ConfigurationTime per global iteration
Serial, OpenBLAS, 1 thread~850 s
Serial, Accelerate, 1 thread~740 s
Threaded (8), Accelerate, CPU gradient~120 s
Threaded (8), Accelerate, Metal gradient~98 s

The Metal gradient kernel saves approximately 18% compared to CPU gradient when combined with 8-thread CPU phases. The majority of per-iteration time is spent in linear solves (forward + adjoint), which remain on CPU.

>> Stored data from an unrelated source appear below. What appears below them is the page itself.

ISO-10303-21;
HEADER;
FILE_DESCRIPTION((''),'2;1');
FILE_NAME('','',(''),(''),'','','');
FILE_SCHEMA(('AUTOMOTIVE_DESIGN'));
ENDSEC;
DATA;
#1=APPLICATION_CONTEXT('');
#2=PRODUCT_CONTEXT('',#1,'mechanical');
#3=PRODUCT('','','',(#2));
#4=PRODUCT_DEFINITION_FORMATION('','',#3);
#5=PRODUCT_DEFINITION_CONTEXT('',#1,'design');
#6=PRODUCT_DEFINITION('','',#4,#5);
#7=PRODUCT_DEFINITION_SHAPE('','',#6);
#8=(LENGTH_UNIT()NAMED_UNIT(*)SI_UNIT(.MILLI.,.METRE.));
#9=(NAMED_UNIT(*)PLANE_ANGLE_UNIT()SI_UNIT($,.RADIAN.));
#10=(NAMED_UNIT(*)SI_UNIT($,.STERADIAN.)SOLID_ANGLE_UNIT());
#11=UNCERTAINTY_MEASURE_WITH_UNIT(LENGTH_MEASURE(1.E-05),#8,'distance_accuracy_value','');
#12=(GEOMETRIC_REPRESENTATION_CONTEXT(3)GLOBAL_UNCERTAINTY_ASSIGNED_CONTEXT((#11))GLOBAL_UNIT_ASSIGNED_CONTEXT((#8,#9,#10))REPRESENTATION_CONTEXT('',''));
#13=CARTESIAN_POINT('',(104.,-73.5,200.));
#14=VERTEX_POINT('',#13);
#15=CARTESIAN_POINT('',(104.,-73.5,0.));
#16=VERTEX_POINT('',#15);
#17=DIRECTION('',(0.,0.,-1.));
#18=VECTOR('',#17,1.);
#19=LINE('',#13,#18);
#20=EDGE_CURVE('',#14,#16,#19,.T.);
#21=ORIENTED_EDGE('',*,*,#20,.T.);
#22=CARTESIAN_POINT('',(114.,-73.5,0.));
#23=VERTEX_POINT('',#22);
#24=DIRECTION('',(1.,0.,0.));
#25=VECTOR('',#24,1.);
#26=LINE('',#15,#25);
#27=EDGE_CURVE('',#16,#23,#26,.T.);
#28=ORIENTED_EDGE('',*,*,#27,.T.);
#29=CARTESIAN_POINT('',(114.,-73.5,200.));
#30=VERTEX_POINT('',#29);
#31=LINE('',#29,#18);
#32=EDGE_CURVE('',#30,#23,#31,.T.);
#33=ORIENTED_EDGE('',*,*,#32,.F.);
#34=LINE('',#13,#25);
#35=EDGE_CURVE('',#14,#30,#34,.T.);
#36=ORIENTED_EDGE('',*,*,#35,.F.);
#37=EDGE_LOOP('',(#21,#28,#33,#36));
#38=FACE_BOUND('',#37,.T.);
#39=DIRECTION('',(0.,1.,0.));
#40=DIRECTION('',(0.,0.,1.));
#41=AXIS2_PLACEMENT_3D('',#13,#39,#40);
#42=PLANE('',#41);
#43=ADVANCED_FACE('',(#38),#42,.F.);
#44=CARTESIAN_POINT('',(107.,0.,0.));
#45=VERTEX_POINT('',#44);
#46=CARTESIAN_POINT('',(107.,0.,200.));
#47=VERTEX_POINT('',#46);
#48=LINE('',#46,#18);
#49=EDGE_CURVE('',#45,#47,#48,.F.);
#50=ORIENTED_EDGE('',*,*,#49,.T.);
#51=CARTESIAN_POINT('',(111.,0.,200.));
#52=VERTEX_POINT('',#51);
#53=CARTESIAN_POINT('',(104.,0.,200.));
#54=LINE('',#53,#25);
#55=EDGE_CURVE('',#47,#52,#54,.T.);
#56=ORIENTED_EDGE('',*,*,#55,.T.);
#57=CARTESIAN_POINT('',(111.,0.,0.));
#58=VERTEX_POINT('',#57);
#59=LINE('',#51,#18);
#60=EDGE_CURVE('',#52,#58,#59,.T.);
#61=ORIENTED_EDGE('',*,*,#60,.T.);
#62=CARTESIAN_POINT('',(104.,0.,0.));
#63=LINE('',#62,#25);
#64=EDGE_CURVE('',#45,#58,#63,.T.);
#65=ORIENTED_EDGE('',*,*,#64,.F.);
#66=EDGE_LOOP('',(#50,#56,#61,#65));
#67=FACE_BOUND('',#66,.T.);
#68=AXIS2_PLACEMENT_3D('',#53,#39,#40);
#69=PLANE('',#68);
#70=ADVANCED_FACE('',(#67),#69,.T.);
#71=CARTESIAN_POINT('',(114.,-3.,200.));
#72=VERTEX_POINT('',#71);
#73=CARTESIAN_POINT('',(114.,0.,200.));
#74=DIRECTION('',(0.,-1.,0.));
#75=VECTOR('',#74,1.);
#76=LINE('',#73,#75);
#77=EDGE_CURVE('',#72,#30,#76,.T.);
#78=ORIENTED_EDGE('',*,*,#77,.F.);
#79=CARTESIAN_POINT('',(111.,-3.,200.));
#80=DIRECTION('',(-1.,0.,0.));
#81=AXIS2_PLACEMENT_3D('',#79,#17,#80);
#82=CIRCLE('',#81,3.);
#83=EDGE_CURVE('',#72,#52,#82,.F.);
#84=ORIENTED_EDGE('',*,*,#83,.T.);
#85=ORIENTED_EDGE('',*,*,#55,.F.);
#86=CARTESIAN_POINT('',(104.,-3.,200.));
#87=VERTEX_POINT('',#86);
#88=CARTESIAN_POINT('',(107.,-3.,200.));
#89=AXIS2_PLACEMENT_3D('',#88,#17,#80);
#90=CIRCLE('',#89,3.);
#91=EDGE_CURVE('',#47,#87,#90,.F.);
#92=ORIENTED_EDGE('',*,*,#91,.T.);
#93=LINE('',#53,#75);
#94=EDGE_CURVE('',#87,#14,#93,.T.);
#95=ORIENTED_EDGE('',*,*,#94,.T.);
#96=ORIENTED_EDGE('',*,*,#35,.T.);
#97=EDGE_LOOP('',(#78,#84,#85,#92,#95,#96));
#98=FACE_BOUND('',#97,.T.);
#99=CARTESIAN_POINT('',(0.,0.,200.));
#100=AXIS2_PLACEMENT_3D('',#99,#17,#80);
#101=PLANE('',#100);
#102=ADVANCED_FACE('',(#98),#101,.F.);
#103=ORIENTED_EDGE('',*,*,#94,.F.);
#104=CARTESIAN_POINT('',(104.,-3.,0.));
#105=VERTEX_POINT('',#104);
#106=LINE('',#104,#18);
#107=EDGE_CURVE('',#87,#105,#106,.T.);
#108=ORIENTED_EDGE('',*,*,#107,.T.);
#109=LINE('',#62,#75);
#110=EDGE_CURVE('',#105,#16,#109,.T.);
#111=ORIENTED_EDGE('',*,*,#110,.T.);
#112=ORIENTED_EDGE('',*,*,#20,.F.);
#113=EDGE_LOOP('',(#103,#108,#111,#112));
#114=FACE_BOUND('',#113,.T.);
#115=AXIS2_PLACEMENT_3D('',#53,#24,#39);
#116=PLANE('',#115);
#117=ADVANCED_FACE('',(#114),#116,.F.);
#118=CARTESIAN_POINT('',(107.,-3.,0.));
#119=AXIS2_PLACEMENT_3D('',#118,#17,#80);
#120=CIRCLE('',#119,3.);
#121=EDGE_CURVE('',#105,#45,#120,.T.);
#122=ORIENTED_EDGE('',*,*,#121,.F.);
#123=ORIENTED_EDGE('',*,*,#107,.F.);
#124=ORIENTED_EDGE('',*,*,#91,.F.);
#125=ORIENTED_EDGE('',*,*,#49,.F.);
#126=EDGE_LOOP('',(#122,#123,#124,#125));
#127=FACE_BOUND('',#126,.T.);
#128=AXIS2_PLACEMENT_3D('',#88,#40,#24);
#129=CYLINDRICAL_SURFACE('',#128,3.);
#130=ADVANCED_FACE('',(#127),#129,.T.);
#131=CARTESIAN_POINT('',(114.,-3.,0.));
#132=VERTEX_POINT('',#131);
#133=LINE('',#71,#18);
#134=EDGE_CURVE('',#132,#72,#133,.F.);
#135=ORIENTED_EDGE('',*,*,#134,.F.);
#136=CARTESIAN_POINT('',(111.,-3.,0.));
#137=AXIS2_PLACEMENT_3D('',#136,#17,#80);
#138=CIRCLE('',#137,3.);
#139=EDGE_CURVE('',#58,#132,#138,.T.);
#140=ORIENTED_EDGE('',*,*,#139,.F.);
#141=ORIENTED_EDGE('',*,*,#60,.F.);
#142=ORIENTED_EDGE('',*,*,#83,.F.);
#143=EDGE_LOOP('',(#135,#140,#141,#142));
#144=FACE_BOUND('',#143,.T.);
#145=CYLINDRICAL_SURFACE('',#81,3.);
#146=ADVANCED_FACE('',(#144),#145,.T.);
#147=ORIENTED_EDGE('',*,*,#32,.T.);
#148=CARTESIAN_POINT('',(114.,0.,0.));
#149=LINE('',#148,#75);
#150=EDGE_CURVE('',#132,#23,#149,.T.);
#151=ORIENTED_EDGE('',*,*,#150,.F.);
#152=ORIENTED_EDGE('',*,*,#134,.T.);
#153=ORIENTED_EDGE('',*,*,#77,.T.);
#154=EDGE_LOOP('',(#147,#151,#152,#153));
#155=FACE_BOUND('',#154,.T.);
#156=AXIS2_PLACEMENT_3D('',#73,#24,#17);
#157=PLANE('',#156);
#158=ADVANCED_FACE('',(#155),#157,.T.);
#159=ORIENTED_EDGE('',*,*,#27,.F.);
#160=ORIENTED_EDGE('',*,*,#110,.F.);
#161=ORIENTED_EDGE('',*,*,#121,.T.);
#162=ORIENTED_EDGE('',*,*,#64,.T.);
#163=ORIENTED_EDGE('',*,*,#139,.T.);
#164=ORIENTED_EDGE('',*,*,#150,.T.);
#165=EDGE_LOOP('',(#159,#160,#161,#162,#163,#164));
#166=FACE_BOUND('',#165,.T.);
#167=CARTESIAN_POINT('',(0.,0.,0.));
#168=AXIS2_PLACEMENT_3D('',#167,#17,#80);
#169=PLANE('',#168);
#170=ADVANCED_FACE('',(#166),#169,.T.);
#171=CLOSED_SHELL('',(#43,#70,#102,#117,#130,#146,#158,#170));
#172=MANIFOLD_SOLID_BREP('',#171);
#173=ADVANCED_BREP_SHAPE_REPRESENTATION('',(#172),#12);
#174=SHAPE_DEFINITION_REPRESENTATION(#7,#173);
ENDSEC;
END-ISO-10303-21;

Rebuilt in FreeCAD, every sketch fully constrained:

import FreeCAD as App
import Part
import Sketcher
from FreeCAD import Vector
Q = App.Units.Quantity


def edges_at(feature, points):
    """Names of the edges that pass closest to the given points."""
    edges = feature.Shape.Edges
    near = lambda p: min(range(len(edges)), key=lambda i: edges[i].distToShape(Part.Vertex(*p))[0])
    return sorted({f"Edge{near(p) + 1}" for p in points})

doc = App.newDocument("Part")
body = doc.addObject("PartDesign::Body", "Body")

# Sketch on XY plane
sketch1 = doc.addObject("Sketcher::SketchObject", "Sketch")
body.addObject(sketch1)
sketch1.AttachmentSupport = (doc.XY_Plane, [""])
sketch1.MapMode = "FlatFace"
sketch1.addGeometry([
    Part.LineSegment(Vector(104, 0, 0), Vector(104, -74, 0)),
    Part.LineSegment(Vector(104, -74, 0), Vector(114, -74, 0)),
    Part.LineSegment(Vector(114, -74, 0), Vector(114, 0, 0)),
    Part.LineSegment(Vector(114, 0, 0), Vector(104, 0, 0)),
], False)
sketch1.addConstraint([
    Sketcher.Constraint("Coincident", 0, 2, 1, 1),
    Sketcher.Constraint("Coincident", 1, 2, 2, 1),
    Sketcher.Constraint("Coincident", 2, 2, 3, 1),
    Sketcher.Constraint("Coincident", 3, 2, 0, 1),
    Sketcher.Constraint("Vertical", 0),
    Sketcher.Constraint("Horizontal", 1),
    Sketcher.Constraint("Vertical", 2),
    Sketcher.Constraint("Horizontal", 3),
    Sketcher.Constraint("PointOnObject", 2, 2, -1),
    Sketcher.Constraint("DistanceX", 1, 1, 1, 2, Q("10 mm")),
    Sketcher.Constraint("DistanceY", 0, 2, 0, 1, Q("73.5 mm")),
    Sketcher.Constraint("DistanceX", -1, 1, 0, 2, Q("104 mm")),
])
pad1 = doc.addObject("PartDesign::Pad", "Pad")
body.addObject(pad1)
pad1.Profile = sketch1
pad1.Length = 200
doc.recompute()

fillet = doc.addObject("PartDesign::Fillet", "Fillet")
body.addObject(fillet)
fillet.Base = (pad1, edges_at(pad1, [(104, 0, 100), (114, 0, 100)]))
fillet.Radius = 3

doc.recompute()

Extension: SentinelMetalExt

The SentinelMetalExt package extension provides two methods that integrate Metal into the KernelAbstractions dispatch system:

julia
# Float type: Metal only supports Float32
Sentinel._gpu_float_type(::MetalBackend) = Float32

# Array transfer: convert CPU arrays to MtlArray on the Metal device
Sentinel._to_gpu_array(::MetalBackend, x::AbstractArray) = MtlArray(x)

These are called internally by the batched driver and gradient kernel infrastructure. Users interact with the Metal backend through KAGradientBackend(MetalBackend()) and do not call these functions directly.

Limitations

  • No GPU linear solves. Float32 precision is insufficient for FEM stiffness matrix factorization. All linear algebra remains on CPU.

  • No sparse operations on GPU. Metal does not provide sparse matrix libraries comparable to cuSPARSE.

  • Gradient only. The GPU acceleration is limited to the gradient kernel (Phase 2 of the batched driver).

For full GPU offload including linear solves and batched factorization, see the CUDA Backend.